Increased risks of money laundering and terrorist financing require swift action

In its annual report for 2018 published recently, the Council of Europe body for the fight against money laundering and terrorist financing, MONEYVAL, calls on states to ensure that they have adopted appropriate measures to combat money laundering.


The effects of economic crime, organized crime and terrorism have continued in 2018 in Europe and other parts of the world. In the report, MONEYVAL President Elzbieta Frankow-Jaskiewicz stresses that, given the heightened risks, countries and territories in Europe and beyond need to take strong measures against money laundering and financing. terrorism.


The President cited a number of initiatives implemented by MONEYVAL in 2018 in response to several pressing issues. In particular, the knowledge and effectiveness of prosecutors and judges in the fight against money laundering, predicate offenses and the financing of terrorism should be strengthened, as should efforts to combat the associated financial flows. slavery, human trafficking and forced labor.
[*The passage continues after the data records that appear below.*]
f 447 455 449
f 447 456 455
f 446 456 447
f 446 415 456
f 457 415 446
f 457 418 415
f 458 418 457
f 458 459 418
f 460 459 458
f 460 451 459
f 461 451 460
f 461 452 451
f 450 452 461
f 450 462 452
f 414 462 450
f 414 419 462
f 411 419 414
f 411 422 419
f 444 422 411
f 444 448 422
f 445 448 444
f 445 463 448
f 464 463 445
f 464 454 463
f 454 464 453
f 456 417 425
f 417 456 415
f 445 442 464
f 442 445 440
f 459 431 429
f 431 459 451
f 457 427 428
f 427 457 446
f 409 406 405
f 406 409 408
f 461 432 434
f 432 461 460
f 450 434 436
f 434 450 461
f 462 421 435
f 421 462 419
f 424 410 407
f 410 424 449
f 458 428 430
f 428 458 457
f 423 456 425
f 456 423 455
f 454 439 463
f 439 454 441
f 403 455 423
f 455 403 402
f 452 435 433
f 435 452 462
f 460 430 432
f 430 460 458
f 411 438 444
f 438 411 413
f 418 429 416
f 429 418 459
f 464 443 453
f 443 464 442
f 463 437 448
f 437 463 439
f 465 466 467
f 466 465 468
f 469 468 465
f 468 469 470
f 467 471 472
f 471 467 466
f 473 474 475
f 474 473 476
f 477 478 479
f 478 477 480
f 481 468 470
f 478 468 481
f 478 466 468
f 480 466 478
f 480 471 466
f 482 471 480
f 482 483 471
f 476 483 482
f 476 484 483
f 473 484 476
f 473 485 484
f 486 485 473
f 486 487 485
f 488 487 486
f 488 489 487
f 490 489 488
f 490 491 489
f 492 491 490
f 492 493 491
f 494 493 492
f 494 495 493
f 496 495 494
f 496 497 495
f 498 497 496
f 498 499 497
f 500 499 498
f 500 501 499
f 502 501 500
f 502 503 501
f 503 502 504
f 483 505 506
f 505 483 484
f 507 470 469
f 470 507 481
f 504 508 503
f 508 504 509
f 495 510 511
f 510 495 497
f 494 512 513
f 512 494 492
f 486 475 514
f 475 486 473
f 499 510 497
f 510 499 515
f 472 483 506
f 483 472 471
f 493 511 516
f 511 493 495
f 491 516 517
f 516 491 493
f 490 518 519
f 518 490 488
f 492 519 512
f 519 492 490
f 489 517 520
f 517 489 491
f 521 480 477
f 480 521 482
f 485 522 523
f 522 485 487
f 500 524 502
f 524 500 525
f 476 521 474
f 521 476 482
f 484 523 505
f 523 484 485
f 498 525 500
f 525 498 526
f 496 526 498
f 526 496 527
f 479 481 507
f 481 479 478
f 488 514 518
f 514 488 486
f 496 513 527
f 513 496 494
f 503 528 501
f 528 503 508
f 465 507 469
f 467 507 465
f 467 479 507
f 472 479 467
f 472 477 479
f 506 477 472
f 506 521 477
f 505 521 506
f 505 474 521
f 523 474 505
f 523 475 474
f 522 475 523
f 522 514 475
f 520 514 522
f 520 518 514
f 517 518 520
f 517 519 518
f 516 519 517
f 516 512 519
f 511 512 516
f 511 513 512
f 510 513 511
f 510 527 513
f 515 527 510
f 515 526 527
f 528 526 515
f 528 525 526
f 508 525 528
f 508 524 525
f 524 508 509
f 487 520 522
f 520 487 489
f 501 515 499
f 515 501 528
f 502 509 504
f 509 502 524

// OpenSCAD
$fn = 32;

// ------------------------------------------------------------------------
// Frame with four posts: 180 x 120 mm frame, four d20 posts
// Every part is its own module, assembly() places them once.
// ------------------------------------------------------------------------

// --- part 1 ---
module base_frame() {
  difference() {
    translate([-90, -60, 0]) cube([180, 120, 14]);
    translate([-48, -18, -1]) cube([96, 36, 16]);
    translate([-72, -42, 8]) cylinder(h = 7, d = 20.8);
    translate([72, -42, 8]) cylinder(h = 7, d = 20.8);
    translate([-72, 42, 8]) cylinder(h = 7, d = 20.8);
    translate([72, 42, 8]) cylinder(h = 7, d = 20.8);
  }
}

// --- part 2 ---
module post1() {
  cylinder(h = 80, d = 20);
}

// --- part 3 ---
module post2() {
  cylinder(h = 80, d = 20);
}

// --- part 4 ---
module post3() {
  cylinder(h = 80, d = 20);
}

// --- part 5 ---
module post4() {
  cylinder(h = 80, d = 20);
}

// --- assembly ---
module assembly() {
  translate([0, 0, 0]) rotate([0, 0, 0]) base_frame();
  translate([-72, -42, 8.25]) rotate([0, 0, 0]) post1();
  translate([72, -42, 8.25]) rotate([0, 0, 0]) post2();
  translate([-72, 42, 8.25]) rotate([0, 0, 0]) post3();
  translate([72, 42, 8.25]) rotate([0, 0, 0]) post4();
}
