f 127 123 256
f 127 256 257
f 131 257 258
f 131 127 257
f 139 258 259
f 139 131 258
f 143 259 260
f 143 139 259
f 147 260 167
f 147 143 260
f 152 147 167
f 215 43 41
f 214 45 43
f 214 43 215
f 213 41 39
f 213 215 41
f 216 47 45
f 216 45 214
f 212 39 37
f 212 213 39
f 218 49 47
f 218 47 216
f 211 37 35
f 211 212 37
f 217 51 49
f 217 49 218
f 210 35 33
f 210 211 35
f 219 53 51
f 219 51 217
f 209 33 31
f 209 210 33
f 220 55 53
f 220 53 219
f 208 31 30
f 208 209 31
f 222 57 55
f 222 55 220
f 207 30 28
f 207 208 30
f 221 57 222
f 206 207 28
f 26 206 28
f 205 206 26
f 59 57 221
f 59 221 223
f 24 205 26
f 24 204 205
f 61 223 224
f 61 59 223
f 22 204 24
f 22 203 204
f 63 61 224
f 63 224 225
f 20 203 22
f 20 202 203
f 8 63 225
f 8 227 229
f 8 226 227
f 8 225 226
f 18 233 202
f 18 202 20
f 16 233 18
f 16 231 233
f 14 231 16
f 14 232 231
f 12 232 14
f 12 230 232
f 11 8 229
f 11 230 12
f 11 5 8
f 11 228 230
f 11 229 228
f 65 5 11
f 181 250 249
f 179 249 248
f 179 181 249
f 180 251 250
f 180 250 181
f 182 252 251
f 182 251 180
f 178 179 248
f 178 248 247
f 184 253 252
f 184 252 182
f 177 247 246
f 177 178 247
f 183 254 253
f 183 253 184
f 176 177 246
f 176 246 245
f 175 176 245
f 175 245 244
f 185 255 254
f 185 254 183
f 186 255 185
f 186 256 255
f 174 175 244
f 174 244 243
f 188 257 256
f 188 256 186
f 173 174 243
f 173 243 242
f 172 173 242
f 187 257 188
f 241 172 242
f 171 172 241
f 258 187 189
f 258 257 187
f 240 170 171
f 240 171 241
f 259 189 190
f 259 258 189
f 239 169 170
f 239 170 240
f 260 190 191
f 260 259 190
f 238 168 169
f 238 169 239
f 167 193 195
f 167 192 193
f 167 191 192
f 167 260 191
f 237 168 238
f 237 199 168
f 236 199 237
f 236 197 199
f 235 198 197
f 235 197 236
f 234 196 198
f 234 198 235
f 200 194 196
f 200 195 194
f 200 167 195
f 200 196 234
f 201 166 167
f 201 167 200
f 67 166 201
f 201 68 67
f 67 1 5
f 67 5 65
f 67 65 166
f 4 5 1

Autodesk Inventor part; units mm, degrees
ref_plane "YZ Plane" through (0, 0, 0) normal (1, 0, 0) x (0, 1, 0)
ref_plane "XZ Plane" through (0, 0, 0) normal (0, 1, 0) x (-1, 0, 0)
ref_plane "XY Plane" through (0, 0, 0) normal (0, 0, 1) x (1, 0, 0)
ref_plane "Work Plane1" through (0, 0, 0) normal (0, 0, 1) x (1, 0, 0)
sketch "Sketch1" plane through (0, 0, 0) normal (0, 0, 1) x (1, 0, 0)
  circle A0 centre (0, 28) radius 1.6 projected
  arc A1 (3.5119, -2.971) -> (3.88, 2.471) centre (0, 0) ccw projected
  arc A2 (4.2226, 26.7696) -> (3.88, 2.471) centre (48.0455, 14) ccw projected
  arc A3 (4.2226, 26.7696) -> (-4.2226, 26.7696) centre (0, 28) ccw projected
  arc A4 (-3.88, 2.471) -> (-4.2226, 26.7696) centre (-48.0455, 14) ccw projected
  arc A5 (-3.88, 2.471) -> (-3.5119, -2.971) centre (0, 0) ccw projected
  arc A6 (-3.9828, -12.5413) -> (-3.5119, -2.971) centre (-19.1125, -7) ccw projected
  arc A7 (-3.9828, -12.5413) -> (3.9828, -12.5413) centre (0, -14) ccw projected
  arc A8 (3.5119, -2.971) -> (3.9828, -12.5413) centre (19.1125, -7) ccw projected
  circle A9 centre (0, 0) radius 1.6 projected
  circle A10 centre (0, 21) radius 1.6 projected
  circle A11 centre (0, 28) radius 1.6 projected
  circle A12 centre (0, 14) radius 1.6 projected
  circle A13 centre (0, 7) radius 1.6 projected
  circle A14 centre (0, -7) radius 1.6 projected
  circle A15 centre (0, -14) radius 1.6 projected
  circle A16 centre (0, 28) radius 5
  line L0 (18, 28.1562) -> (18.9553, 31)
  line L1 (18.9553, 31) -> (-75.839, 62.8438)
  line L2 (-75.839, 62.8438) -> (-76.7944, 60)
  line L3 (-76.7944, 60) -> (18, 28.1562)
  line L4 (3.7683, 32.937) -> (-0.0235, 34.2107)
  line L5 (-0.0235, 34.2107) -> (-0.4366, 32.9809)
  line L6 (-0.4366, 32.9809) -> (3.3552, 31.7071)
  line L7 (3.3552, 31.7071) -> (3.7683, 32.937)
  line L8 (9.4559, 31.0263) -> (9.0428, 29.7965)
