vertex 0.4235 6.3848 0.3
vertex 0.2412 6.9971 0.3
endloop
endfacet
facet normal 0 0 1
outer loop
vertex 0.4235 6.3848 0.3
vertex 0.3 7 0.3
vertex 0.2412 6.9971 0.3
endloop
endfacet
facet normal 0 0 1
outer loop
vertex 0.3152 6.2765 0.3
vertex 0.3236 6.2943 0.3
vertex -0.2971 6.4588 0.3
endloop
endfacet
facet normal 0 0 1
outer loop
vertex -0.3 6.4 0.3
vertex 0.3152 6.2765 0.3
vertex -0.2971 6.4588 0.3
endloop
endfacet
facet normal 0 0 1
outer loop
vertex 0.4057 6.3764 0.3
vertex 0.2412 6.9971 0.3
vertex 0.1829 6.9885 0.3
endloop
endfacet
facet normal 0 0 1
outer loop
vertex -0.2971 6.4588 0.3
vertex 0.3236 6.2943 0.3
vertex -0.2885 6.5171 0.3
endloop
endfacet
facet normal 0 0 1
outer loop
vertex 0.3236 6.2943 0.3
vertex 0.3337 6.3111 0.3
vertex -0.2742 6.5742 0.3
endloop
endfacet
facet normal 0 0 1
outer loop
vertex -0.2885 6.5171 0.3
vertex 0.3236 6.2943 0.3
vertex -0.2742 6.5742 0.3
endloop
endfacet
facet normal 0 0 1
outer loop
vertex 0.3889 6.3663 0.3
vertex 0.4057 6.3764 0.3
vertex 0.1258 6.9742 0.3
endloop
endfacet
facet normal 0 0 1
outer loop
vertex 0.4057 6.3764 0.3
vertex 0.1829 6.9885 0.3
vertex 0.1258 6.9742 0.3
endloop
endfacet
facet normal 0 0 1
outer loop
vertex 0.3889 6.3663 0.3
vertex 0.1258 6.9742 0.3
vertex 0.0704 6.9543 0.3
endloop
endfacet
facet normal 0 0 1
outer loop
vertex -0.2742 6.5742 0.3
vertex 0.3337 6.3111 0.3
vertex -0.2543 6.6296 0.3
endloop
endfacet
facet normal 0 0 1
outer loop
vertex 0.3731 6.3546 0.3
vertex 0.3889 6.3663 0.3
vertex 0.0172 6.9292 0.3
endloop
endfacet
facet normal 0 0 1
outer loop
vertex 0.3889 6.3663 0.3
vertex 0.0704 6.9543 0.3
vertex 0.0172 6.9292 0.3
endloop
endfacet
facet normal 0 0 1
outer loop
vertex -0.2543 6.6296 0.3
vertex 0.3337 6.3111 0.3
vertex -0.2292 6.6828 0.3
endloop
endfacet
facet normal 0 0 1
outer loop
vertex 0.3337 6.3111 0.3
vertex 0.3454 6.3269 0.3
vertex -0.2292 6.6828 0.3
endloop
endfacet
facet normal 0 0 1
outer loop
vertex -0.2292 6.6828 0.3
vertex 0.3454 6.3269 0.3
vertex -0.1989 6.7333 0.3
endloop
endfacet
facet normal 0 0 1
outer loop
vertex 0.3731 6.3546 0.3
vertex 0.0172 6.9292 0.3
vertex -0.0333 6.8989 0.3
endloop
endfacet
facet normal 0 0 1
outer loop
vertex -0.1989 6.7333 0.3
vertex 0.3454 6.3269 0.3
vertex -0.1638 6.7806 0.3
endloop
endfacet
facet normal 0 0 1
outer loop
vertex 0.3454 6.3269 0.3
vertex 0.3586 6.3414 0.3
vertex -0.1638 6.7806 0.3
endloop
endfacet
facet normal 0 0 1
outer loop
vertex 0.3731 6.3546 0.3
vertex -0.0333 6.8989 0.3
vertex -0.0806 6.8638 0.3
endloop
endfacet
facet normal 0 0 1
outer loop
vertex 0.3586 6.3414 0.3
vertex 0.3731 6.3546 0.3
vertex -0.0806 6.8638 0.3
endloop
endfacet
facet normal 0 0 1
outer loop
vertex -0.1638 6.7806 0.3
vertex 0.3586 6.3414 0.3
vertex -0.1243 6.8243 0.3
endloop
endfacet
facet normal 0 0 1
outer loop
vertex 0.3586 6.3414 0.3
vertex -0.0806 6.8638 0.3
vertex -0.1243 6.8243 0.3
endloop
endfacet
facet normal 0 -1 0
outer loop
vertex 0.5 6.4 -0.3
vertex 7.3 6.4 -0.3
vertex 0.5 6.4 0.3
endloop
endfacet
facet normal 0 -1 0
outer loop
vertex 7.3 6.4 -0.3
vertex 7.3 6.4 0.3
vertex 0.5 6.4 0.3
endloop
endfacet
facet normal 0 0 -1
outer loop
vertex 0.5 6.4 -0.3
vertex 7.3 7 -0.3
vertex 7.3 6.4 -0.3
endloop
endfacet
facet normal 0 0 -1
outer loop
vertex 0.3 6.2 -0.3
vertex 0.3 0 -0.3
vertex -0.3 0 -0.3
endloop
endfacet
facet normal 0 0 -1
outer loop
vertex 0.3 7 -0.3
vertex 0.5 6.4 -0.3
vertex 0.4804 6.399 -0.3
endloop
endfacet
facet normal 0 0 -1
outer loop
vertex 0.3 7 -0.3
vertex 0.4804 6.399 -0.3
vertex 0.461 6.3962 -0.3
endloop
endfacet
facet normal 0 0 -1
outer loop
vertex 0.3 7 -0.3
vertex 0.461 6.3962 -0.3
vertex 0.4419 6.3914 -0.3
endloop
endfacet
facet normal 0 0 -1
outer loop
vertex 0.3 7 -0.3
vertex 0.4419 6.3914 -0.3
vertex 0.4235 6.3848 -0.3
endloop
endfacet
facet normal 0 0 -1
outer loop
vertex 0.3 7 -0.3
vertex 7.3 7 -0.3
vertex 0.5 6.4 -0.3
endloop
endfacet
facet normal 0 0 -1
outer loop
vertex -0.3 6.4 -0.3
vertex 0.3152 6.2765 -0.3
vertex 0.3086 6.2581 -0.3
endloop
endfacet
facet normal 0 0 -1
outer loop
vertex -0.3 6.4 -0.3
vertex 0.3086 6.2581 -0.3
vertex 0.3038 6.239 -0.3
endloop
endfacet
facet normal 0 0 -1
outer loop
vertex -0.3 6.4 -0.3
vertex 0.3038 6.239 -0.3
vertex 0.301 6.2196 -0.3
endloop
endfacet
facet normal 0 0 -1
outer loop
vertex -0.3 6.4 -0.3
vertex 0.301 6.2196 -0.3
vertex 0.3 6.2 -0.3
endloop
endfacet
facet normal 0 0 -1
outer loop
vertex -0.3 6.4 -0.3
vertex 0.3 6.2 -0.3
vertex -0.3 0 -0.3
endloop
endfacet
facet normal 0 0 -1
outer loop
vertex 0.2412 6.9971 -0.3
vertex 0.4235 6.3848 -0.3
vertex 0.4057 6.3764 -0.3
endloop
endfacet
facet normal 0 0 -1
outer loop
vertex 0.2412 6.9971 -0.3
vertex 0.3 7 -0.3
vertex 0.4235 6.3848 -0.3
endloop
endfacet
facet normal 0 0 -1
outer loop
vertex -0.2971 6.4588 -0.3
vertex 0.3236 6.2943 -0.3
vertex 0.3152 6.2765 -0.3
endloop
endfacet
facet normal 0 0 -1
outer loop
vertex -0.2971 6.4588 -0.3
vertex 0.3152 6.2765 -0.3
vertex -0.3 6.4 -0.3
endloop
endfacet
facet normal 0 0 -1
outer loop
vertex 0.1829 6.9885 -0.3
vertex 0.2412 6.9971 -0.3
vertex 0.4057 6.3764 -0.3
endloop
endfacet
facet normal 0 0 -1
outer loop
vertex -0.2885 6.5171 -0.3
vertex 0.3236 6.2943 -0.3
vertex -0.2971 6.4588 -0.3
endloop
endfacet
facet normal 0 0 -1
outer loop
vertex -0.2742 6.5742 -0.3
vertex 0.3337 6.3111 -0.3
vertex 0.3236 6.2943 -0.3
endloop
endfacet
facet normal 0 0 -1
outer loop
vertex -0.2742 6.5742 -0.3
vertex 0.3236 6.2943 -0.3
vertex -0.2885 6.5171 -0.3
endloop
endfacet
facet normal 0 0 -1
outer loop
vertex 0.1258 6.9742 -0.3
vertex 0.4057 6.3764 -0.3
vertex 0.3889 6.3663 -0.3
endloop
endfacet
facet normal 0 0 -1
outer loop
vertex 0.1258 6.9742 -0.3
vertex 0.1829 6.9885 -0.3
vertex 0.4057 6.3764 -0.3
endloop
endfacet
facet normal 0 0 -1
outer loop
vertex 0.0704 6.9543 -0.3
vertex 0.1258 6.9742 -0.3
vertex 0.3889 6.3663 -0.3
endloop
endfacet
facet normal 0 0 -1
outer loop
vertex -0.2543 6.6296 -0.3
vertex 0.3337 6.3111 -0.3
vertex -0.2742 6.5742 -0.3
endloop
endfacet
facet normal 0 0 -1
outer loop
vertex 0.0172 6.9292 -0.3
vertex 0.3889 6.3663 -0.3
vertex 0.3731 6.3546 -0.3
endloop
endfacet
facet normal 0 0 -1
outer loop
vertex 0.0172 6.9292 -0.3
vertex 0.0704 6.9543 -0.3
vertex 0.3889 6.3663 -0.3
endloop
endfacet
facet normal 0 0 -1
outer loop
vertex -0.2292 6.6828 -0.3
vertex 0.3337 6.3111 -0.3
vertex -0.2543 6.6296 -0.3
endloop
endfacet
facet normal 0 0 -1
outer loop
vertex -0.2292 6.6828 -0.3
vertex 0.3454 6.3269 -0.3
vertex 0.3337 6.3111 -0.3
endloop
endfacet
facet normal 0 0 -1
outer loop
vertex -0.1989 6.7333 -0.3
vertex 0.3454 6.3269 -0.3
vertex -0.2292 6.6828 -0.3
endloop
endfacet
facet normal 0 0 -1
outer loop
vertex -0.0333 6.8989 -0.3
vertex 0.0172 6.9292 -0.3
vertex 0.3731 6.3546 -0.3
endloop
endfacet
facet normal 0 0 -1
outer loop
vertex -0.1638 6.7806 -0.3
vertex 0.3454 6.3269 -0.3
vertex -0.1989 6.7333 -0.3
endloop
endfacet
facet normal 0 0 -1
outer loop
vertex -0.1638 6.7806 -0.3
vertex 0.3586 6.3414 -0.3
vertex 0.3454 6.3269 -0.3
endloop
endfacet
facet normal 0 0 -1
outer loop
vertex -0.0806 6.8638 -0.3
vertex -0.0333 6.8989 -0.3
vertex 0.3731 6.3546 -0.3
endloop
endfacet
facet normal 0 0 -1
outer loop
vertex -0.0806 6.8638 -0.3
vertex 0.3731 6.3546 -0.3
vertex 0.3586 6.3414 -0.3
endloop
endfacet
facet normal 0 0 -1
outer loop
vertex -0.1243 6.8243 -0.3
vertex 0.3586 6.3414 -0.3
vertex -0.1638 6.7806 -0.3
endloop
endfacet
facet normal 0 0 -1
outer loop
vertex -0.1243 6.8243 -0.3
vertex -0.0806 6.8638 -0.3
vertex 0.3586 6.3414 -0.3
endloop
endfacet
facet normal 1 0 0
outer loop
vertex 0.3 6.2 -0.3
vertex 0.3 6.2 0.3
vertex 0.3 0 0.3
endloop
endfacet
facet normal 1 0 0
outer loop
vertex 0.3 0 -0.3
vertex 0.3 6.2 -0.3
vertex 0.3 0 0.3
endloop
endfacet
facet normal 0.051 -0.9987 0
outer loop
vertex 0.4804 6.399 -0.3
MONEYVAL also has the priority of tackling the damaging consequences of the so-called "de-risking" phenomenon, that is to say the practice of banks around the world, in recent years, to stop all commercial relations with foreign banks in order to avoid (rather than manage) the risks of money laundering or terrorist financing, with consequent worsening of these risks in some countries.


In 2018 MONEYVAL continued its role as an international player in the global network of anti-money laundering and counter-terrorist financing bodies led by the Financial Action Task Force (FATF). The Committee actively followed up 24 countries and territories by adopting mutual evaluation reports or monitoring reports.